It's interesting to observe this much debating and disagreements between Calvinists themselves. I think we should listen to Lenski when he talks about election and things pertaining to eternal acts of God. 

Here is a great quote from Lenski:

"Any eternal act of God's pertaining to "us" in time is bound to offer difficulty to our minds and our thinking. Calvinism and synergism rationalize in order to remove the difficulty; it remains, we must let it remain."

-MJ


----------



## Iconoclast

*good verses*

Many good verses have been offered,with good biblically based explanations on this thread.
The verses from John17 and Hebrews,concerning the priestly work of our Great High priest are overwhelmingly conclusive if studied out.
I would like to add this section of Hebrews dealing with the eternal covenant of redemption explained as introducing our Lord and Saviour as having a unique and eternal Priesthood,on behalf of the seed of Abraham. It does not say he took on the seed of Adam

but He took on Him the seed of abraham. This viewed in context of the once for all time sacrifice, in chapter 10, and having accomplished redemption in chapter 9 , It is hard to see any other position as viable. Here is the Hebrews 2 section;
13And again, I will put my trust in him. And again, Behold I and the children which God hath given me. 

14Forasmuch then as the children are partakers of flesh and blood, he also himself likewise took part of the same; that through death he might destroy him that had the power of death, that is, the devil; 

15And deliver them who through fear of death were all their lifetime subject to bondage. 

16For verily he took not on him the nature of angels; but he took on him the seed of Abraham. 

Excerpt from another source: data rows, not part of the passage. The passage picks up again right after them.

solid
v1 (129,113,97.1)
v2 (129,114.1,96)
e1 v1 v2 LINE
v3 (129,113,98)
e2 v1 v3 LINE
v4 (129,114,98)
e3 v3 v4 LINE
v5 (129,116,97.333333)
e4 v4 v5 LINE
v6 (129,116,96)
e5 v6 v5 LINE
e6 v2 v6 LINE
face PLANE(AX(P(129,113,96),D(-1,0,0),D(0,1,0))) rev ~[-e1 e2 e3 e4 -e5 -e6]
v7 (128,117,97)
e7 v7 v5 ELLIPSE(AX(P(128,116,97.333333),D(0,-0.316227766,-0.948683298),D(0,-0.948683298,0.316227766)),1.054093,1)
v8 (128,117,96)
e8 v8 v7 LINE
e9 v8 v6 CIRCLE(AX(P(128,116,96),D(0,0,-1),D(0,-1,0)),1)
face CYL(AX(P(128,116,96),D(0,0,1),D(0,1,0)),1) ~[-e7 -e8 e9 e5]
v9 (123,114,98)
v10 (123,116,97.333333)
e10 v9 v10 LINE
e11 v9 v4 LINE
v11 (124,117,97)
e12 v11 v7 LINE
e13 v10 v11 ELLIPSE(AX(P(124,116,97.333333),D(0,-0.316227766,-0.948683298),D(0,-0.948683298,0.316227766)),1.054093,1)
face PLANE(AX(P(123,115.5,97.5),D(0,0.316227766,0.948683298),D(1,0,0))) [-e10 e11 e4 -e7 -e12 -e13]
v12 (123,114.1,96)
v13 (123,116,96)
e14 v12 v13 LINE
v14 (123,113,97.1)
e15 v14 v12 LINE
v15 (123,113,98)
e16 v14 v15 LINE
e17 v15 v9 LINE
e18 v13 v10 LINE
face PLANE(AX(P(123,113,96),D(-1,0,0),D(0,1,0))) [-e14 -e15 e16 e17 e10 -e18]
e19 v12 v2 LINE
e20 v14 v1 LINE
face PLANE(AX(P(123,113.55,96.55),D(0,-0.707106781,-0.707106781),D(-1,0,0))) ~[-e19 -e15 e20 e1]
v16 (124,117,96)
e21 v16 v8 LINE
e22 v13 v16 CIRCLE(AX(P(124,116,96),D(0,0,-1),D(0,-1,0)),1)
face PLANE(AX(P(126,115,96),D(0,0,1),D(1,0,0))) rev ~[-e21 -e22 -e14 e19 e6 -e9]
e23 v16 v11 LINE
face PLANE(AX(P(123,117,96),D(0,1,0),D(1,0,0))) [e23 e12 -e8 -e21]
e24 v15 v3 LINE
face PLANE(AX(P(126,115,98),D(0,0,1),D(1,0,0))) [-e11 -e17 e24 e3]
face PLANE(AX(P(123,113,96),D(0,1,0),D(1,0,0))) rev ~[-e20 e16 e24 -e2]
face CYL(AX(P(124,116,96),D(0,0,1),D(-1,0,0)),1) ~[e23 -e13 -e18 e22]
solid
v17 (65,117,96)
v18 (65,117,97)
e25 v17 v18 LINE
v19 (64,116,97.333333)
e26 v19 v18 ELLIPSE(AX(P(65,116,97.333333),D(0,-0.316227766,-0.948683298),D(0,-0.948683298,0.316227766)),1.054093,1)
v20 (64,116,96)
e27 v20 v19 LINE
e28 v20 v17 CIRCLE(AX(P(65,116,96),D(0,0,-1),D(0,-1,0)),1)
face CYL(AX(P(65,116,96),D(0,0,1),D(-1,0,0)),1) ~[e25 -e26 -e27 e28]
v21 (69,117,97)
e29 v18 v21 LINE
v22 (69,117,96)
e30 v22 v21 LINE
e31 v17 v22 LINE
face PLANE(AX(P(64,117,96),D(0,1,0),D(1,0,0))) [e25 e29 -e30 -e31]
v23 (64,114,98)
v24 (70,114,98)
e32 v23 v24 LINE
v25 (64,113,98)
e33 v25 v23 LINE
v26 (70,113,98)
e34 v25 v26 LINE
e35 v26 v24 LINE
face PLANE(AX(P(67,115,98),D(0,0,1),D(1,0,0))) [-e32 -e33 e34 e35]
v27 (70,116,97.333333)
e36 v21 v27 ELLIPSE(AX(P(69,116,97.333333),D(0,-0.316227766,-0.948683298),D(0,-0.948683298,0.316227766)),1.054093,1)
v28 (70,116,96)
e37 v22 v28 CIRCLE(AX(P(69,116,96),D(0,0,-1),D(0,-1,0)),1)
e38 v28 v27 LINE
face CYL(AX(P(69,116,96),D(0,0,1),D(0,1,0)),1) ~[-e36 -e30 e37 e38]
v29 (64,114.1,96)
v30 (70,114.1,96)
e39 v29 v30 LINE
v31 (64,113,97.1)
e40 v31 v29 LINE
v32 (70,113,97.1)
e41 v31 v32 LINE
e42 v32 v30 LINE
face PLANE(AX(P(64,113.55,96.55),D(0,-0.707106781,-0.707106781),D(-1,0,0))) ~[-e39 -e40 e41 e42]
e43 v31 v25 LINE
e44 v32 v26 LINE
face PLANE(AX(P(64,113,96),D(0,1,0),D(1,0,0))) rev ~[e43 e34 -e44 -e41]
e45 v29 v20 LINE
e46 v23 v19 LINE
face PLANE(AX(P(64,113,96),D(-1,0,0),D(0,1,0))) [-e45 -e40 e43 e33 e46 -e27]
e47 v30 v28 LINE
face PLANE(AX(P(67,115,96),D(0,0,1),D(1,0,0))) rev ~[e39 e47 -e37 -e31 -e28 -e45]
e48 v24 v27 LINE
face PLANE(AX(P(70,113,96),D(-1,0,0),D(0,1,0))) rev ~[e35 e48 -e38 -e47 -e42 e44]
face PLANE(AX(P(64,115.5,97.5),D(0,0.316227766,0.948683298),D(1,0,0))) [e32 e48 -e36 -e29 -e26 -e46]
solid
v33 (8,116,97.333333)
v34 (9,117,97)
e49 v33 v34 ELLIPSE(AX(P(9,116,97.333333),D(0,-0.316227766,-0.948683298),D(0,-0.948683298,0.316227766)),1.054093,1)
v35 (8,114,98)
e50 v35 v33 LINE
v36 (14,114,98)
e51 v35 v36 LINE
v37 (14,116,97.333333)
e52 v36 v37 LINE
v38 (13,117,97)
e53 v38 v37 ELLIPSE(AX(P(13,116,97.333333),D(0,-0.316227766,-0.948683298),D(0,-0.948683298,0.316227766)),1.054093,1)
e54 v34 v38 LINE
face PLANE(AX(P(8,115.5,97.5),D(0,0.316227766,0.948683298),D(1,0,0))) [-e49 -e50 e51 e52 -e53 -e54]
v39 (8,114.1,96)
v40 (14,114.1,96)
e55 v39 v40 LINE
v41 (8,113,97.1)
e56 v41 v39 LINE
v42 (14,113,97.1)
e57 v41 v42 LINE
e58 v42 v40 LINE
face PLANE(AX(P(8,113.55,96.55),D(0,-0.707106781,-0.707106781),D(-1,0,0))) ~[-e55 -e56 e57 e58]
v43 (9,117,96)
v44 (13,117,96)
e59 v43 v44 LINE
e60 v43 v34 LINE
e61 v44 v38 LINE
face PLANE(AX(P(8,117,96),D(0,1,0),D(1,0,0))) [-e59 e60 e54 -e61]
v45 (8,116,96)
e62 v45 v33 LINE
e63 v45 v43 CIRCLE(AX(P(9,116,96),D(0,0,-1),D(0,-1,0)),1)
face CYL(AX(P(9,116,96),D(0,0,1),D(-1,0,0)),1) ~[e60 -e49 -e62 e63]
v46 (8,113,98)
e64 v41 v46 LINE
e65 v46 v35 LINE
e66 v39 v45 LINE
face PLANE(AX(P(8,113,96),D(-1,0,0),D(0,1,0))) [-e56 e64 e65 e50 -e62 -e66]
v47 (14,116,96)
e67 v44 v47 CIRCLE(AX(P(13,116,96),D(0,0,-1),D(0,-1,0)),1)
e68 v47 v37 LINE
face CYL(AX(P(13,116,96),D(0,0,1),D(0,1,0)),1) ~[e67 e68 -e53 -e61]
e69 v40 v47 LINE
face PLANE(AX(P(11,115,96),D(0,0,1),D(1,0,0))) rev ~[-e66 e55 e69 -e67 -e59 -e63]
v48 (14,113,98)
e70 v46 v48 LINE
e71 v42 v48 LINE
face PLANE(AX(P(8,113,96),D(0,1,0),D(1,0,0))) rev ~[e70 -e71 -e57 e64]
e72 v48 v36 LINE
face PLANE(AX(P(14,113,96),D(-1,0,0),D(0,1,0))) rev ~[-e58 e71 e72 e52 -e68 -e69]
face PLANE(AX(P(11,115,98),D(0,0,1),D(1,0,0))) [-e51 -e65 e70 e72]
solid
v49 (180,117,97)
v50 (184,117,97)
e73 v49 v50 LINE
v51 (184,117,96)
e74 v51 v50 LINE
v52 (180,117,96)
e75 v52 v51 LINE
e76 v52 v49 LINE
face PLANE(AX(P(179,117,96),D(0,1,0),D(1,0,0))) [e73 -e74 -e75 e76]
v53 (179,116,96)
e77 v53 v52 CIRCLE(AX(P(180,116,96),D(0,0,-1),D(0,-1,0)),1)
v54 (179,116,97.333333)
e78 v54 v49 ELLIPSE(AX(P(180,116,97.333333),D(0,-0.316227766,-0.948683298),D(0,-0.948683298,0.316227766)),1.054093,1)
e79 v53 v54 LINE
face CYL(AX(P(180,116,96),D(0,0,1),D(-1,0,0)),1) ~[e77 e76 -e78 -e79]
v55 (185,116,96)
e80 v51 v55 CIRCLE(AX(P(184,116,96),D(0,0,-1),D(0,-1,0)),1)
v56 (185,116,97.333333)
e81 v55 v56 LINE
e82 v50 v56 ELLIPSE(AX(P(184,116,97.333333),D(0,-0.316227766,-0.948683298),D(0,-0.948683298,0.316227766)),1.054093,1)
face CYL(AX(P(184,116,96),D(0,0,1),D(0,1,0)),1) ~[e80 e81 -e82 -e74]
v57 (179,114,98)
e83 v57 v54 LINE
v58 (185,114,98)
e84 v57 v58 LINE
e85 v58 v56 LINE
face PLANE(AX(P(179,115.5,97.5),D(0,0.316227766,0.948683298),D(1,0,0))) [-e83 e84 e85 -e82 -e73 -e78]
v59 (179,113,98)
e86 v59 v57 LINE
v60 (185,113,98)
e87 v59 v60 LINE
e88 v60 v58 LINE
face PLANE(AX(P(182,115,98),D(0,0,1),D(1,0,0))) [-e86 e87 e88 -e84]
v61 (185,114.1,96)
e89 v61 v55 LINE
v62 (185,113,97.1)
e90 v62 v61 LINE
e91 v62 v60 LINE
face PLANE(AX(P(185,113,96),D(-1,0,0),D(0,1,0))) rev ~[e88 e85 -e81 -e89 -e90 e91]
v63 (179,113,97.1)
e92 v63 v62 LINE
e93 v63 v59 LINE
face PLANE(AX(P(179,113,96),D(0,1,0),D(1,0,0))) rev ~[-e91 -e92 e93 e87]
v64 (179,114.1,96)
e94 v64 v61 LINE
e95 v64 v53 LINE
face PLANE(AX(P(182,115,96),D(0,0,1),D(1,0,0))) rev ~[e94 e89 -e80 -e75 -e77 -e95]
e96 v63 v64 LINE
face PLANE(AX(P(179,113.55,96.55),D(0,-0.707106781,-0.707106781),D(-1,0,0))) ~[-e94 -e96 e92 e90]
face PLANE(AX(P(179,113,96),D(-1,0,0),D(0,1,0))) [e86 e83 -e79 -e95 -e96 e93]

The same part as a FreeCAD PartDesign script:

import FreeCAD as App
import Part
import Sketcher

V = App.Vector
Q = App.Units.Quantity


def edges_at(feature, points):
    """Names of the edges that pass closest to the given points."""
    edges = feature.Shape.Edges
    near = lambda p: min(range(len(edges)), key=lambda i: edges[i].distToShape(Part.Vertex(*p))[0])
    return sorted({f"Edge{near(p) + 1}" for p in points})


def add_polygon(sketch, points):
    """Adds a closed chain of lines whose ends are joined by coincident constraints."""
    first, n = sketch.GeometryCount, len(points)
    for a, b in zip(points, points[1:] + points[:1]):
        sketch.addGeometry(Part.LineSegment(App.Vector(*a, 0), App.Vector(*b, 0)), False)
    for i in range(n):
        sketch.addConstraint(Sketcher.Constraint("Coincident", first + i, 2, first + (i + 1) % n, 1))

doc = App.newDocument("Part")
body = doc.addObject("PartDesign::Body", "Body")

# Sketch on XY plane
sketch1 = doc.addObject("Sketcher::SketchObject", "Sketch")
body.addObject(sketch1)
sketch1.AttachmentSupport = (doc.XY_Plane, [""])
sketch1.MapMode = "FlatFace"
sketch1.AttachmentOffset = App.Placement(V(0, 0, 96), App.Rotation())
add_polygon(sketch1, [(123, 117), (123, 113), (129, 113), (129, 117)])  # lines 0-3
sketch1.addConstraint(Sketcher.Constraint("Vertical", 0))
sketch1.addConstraint(Sketcher.Constraint("Horizontal", 1))
sketch1.addConstraint(Sketcher.Constraint("Vertical", 2))
sketch1.addConstraint(Sketcher.Constraint("Horizontal", 3))
sketch1.addConstraint(Sketcher.Constraint("DistanceX", 1, 1, 1, 2, Q("6 mm")))
sketch1.addConstraint(Sketcher.Constraint("DistanceY", 0, 2, 0, 1, Q("4 mm")))
sketch1.addConstraint(Sketcher.Constraint("DistanceX", -1, 1, 0, 2, Q("123 mm")))
sketch1.addConstraint(Sketcher.Constraint("DistanceY", -1, 1, 0, 2, Q("113 mm")))
pad1 = doc.addObject("PartDesign::Pad", "Pad")
body.addObject(pad1)
pad1.Profile = sketch1
pad1.Length = 2
doc.recompute()

chamfer = doc.addObject("PartDesign::Chamfer", "Chamfer")
body.addObject(chamfer)
chamfer.Base = (pad1, edges_at(pad1, [(126, 113, 96)]))
chamfer.Size = 1.1
doc.recompute()

chamfer2 = doc.addObject("PartDesign::Chamfer", "Chamfer001")
body.addObject(chamfer2)
chamfer2.Base = (chamfer, edges_at(chamfer, [(126, 117, 98)]))
chamfer2.ChamferType = "Two distances"
chamfer2.Size = 3
chamfer2.Size2 = 1
body2 = doc.addObject("PartDesign::Body", "Body001")

# Sketch on XY plane
sketch2 = doc.addObject("Sketcher::SketchObject", "Sketch001")
body2.addObject(sketch2)
sketch2.AttachmentSupport = (doc.getObject("XY_Plane001"), [""])
sketch2.MapMode = "FlatFace"
sketch2.AttachmentOffset = App.Placement(V(0, 0, 96), App.Rotation())
add_polygon(sketch2, [(64, 117), (64, 113), (70, 113), (70, 117)])  # lines 0-3
sketch2.addConstraint(Sketcher.Constraint("Vertical", 0))
sketch2.addConstraint(Sketcher.Constraint("Horizontal", 1))
sketch2.addConstraint(Sketcher.Constraint("Vertical", 2))
sketch2.addConstraint(Sketcher.Constraint("Horizontal", 3))
sketch2.addConstraint(Sketcher.Constraint("DistanceX", 1, 1, 1, 2, Q("6 mm")))
sketch2.addConstraint(Sketcher.Constraint("DistanceY", 0, 2, 0, 1, Q("4 mm")))
sketch2.addConstraint(Sketcher.Constraint("DistanceX", -1, 1, 0, 2, Q("64 mm")))
sketch2.addConstraint(Sketcher.Constraint("DistanceY", -1, 1, 0, 2, Q("113 mm")))
pad2 = doc.addObject("PartDesign::Pad", "Pad001")
body2.addObject(pad2)
pad2.Profile = sketch2
pad2.Length = 2
doc.recompute()

chamfer3 = doc.addObject("PartDesign::Chamfer", "Chamfer002")
body2.addObject(chamfer3)
chamfer3.Base = (pad2, edges_at(pad2, [(67, 113, 96)]))
chamfer3.Size = 1.1
doc.recompute()

chamfer4 = doc.addObject("PartDesign::Chamfer", "Chamfer003")
body2.addObject(chamfer4)
chamfer4.Base = (chamfer3, edges_at(chamfer3, [(67, 117, 98)]))
chamfer4.ChamferType = "Two distances"
chamfer4.Size = 3
chamfer4.Size2 = 1
body3 = doc.addObject("PartDesign::Body", "Body002")

# Sketch on XY plane
sketch3 = doc.addObject("Sketcher::SketchObject", "Sketch002")
body3.addObject(sketch3)
sketch3.AttachmentSupport = (doc.getObject("XY_Plane002"), [""])
sketch3.MapMode = "FlatFace"
sketch3.AttachmentOffset = App.Placement(V(0, 0, 96), App.Rotation())
add_polygon(sketch3, [(8, 117), (8, 113), (14, 113), (14, 117)])  # lines 0-3
sketch3.addConstraint(Sketcher.Constraint("Vertical", 0))
sketch3.addConstraint(Sketcher.Constraint("Horizontal", 1))
sketch3.addConstraint(Sketcher.Constraint("Vertical", 2))
sketch3.addConstraint(Sketcher.Constraint("Horizontal", 3))
sketch3.addConstraint(Sketcher.Constraint("DistanceX", 1, 1, 1, 2, Q("6 mm")))
sketch3.addConstraint(Sketcher.Constraint("DistanceY", 0, 2, 0, 1, Q("4 mm")))
sketch3.addConstraint(Sketcher.Constraint("DistanceX", -1, 1, 0, 2, Q("8 mm")))
sketch3.addConstraint(Sketcher.Constraint("DistanceY", -1, 1, 0, 2, Q("113 mm")))
pad3 = doc.addObject("PartDesign::Pad", "Pad002")
body3.addObject(pad3)
pad3.Profile = sketch3
pad3.Length = 2
doc.recompute()

chamfer5 = doc.addObject("PartDesign::Chamfer", "Chamfer004")
body3.addObject(chamfer5)
chamfer5.Base = (pad3, edges_at(pad3, [(11, 113, 96)]))
chamfer5.Size = 1.1
doc.recompute()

The list of verses that were offered,that seem to speak of ,all,or many,etc cannot hold up to the clearer passages like this one.
It is a vital doctrine,but definately not milk. If someone has not studied it out they might not be really equiped to present these truths evangelistically,or to defend the arguments of the natural men who resist and supress the truth.
John Murray in Redemption.Accomplished and Applied wades through all of the universalist verses offered and makes short work of them.
A. W. Pink on Hebrews 2 does a great job working through these verses


----------



## mbj0680

I would like to say again that I believe and understand LA. I just think time is better spent working out our salvation and trying to figure out how to be one of the elect instead of deliberating about things like: "I wonder if Christ's death was sufficient for all, and effective only for the elect".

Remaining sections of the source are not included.